The Club of Rome is a non-governmental international association established in April 1968 in Rome. Founded by Aurelio Peccei, an Italian businessman, economist and visionary, it consists of business leaders, former politicians, activists and scientists. They intended to use global forecasts to influence public opinion and establish a meaningful dialogue with politicians. The aim of the Club was to create a real idea of the state of our civilisation and its perspectives, i.e. to model consequences of the development, propose solutions to the crisis, and search for the alternative ways to ensure the survival of humankind in general. The Club of Rome raised considerable public attention with its report Limits to Growth (Meadows et al., 1972), developed scientists from the Massachusetts Institute of Technology (MIT).
It predicted that exponential growth of world population, raw material and energy consumption, and pollution of environment in a limited space of biosphere are not sustainable in a long term and can result in irreversible climatic changes and subsequently in the ecological collapse. The book provoked stormy reactions all around the world and its conclusions are still challenged despite the fact that its authors were in advance of their age and their estimates concerning the future changes were rather accurate. The reports to the Club of Rome published and updated on a regular basis as well as numerous publications have pointed out mostly the fact that it is necessary to regulate economic growth and consumption, as the world faces the depletion of natural resources. Today, however, they shift their attention towards the future of economic, social and political systems, issues concerning worldview, values, education of the youth, new experimental business models, innovations inspired by nature, etc. (Weizsäcker – Wijkman 2018, Come on!). The Club of Rome has national associations in many countries. The organisational structure of the Club of Rome also includes the European Support Centre based in Vienna. The Club has transformed into a prestigious global think tank focused on searching the ways of sustainable future.

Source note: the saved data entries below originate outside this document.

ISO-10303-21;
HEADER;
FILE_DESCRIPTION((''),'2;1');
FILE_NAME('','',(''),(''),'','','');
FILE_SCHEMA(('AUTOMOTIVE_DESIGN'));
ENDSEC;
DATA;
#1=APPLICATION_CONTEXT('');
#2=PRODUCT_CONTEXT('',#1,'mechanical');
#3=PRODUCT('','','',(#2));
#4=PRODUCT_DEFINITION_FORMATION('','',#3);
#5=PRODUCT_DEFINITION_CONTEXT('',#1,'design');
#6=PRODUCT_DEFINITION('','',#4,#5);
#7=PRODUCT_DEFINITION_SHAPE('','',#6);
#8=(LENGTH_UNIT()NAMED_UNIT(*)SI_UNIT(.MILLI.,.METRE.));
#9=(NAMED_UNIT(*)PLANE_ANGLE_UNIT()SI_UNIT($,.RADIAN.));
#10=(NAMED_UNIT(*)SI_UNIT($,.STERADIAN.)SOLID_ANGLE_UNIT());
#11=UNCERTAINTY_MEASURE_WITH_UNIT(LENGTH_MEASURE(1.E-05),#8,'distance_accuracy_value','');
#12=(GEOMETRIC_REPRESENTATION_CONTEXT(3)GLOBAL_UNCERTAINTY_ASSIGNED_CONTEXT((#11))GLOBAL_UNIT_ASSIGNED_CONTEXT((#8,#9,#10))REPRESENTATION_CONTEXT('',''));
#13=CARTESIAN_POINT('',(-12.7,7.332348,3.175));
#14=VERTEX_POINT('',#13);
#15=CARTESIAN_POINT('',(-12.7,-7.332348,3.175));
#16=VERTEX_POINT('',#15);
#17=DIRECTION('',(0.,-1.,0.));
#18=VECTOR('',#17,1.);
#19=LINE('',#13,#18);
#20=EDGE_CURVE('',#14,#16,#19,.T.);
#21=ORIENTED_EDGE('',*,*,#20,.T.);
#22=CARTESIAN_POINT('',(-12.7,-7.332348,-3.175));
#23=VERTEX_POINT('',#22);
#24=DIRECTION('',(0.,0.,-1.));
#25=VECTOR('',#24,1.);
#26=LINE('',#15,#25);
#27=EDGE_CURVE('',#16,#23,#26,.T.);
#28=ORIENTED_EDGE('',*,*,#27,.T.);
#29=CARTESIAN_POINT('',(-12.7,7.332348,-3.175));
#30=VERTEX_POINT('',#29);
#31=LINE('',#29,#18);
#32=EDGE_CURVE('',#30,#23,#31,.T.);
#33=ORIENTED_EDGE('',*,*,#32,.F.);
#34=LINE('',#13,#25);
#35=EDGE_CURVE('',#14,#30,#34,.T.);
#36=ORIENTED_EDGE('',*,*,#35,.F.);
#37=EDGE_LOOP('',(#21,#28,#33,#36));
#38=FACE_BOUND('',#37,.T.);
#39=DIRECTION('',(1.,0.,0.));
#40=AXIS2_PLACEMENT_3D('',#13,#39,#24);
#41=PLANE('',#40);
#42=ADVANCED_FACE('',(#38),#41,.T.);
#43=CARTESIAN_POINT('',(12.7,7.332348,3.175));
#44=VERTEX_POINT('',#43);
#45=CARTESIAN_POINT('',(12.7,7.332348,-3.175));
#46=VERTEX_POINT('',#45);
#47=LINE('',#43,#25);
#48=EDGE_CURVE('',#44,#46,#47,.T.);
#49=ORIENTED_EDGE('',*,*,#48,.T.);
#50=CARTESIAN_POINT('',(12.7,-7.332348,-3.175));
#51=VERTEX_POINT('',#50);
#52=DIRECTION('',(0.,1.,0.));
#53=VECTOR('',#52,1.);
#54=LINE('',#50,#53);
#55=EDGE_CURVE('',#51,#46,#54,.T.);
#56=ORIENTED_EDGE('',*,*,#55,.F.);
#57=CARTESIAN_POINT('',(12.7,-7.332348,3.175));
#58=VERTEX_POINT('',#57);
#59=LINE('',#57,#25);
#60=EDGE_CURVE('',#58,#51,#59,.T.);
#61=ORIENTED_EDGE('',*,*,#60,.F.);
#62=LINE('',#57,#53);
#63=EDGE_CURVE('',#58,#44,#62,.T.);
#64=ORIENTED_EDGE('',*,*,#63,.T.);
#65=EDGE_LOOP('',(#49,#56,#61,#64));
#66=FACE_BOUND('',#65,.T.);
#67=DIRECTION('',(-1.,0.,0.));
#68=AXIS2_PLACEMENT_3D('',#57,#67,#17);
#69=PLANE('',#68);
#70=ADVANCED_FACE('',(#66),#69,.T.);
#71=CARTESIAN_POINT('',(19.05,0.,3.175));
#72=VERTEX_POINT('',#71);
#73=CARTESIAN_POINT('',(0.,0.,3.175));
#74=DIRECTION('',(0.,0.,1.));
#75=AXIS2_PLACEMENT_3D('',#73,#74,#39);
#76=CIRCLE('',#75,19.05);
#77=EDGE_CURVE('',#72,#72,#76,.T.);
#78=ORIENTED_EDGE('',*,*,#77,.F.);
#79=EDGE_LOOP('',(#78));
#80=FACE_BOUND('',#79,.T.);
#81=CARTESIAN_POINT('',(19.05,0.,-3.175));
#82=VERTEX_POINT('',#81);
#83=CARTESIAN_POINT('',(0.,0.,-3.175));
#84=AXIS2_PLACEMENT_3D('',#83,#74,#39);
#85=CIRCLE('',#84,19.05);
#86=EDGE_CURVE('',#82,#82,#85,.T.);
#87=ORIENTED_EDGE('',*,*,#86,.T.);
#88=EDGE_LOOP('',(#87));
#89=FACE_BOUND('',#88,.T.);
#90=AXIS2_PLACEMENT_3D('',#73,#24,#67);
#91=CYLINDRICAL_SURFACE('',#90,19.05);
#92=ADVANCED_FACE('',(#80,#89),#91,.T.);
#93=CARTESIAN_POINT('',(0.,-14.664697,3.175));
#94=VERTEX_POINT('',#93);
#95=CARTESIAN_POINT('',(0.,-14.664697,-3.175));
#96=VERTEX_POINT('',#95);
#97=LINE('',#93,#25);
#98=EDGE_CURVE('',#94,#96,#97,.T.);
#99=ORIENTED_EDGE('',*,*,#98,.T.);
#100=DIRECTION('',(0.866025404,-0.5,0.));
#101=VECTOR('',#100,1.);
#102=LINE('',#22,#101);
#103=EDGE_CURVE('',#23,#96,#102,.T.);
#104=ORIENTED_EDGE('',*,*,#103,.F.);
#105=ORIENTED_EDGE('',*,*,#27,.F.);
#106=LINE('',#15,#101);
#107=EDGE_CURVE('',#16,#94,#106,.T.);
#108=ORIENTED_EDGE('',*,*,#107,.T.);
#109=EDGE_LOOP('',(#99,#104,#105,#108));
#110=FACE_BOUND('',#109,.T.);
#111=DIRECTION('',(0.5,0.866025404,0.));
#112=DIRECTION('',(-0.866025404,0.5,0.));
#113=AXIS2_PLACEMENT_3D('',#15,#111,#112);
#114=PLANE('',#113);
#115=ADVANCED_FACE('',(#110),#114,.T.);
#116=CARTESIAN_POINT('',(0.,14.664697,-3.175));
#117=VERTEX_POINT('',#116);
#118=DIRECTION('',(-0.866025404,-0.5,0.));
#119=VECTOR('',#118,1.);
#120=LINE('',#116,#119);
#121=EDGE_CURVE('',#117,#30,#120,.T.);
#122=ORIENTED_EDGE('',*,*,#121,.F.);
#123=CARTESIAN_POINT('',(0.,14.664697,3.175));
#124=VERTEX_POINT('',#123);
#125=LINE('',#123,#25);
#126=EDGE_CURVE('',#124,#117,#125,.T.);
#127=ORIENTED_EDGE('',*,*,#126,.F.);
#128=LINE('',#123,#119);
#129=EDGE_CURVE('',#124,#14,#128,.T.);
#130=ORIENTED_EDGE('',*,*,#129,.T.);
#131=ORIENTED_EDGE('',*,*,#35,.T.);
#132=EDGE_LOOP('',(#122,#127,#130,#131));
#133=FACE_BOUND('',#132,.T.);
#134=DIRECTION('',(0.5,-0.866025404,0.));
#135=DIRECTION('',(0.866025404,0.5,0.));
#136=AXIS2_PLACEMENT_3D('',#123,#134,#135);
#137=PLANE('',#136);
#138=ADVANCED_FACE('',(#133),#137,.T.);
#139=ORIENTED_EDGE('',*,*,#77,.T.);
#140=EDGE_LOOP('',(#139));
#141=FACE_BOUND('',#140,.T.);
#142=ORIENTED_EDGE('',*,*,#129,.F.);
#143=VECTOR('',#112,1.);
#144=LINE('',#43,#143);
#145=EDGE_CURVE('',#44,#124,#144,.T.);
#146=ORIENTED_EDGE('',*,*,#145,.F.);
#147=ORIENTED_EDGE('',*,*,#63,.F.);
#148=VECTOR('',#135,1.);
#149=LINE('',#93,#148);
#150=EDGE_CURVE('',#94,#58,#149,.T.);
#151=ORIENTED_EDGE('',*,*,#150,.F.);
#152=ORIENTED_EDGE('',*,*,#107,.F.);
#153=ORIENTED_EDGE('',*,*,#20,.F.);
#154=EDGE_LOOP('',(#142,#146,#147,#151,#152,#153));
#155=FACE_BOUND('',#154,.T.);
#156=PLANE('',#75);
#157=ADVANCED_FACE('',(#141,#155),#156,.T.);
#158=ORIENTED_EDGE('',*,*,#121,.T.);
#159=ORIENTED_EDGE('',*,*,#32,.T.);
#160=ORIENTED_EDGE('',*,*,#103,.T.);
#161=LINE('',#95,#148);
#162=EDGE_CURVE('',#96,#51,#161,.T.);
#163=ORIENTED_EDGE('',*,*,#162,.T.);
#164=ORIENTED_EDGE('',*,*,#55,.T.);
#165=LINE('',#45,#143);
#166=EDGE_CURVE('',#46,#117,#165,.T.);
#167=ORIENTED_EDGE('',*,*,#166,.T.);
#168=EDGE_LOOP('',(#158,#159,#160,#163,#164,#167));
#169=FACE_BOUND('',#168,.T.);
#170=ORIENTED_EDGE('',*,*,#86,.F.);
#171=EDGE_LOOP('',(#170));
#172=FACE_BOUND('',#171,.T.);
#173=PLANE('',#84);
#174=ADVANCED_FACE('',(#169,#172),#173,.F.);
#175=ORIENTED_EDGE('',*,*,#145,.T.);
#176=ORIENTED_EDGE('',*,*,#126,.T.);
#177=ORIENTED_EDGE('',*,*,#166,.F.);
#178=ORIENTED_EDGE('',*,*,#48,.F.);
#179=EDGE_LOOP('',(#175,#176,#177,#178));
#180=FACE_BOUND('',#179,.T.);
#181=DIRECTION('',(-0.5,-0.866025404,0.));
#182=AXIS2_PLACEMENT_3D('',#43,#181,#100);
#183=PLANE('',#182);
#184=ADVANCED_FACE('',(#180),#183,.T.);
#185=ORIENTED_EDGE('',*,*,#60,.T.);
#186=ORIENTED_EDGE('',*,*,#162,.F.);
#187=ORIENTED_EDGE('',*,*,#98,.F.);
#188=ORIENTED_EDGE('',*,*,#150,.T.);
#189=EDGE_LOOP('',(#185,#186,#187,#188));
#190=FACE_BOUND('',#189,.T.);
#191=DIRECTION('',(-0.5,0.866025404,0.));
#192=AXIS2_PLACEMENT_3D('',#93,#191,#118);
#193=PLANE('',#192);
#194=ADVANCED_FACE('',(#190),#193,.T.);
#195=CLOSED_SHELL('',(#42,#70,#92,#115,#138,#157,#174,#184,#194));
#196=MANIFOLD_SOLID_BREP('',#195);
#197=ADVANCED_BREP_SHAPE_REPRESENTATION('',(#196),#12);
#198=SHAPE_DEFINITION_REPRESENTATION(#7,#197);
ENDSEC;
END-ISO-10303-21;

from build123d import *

# Parameters (mm, degrees)
SKETCH1_R           = 19.05
BOSS_EXTRUDE1_DEPTH = 3.175


with BuildPart() as part:
    # Sketch1 → Boss-Extrude1 (new body, symmetric)
    with BuildSketch(Plane.XY):
        Circle(SKETCH1_R)
        Polygon((0, 14.664696837), (-12.7, 7.332348419), (-12.7, -7.332348419), (0, -14.664696837), (12.7, -7.332348419), (12.7, 7.332348419), align=None, mode=Mode.SUBTRACT)
    extrude(amount=BOSS_EXTRUDE1_DEPTH, both=True)


solid = part.part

The latest exhibition of Rudolf Sikora (1946 Žilina) at the Bratislava City Gallery, titled EKO(KO)MIX, is devoted to the 50th anniversary of the Club of Rome´s foundation. It has been drawn up as an urgent call to all those who care about the future of our civilisation and our planet. According to the leading scientists from all around the globe, the civilisation faces the acute environmental threat, being not far away from self-destruction. The artist has engaged in the ecological issues since the very beginning of his career at the turn of the 1960s and 1970s; later he connected the issue of ecology with his cosmological reflections. The materials of the Club of Rome helped him to understand the urgency of solving ecological issues. Futurological reflections and ecological warnings, which have appeared in his works on a regular basis, are among the leitmotifs of his body of work. Recently he has discovered the format of so-called (eco)comics. Drawn with passion and often also subconsciously, they are filled with images and texts in the form of “graffiti”, mixed together using a computer and finally completed.
The artist often uses notes and texts to intervene in his previous works, commenting on the current alarming state of our civilisation. Sikora belongs to the artists who voluntarily carry the weight of the world on their shoulders when it comes to ecological and social problems of both individual and humankind in general. He continues in his quest for powerful, although “darkened” and gloomy visual metaphors for the problems. He typically supplements his warning messages with radical calls to the world´s most powerful people. Although Sikora´s artistic gesture is still very vital and filled with energy, the human being – inhabitant of the earth inside him constantly challenges things, thinking about the meaning (the end?) of our journey... He provokes and prompts people to think and act, at least those who can still do it. That´s also one of the reasons why the exhibition has been perceived as a comprehensive conceptual and visual gesture. “The time we have for remedy is incredibly short... I perceive the current ecological situation as a big reminder – an interrogation mark hanging over our civilisation,” says the artist. Rudolf Sikora does not want anyone to stay indifferent.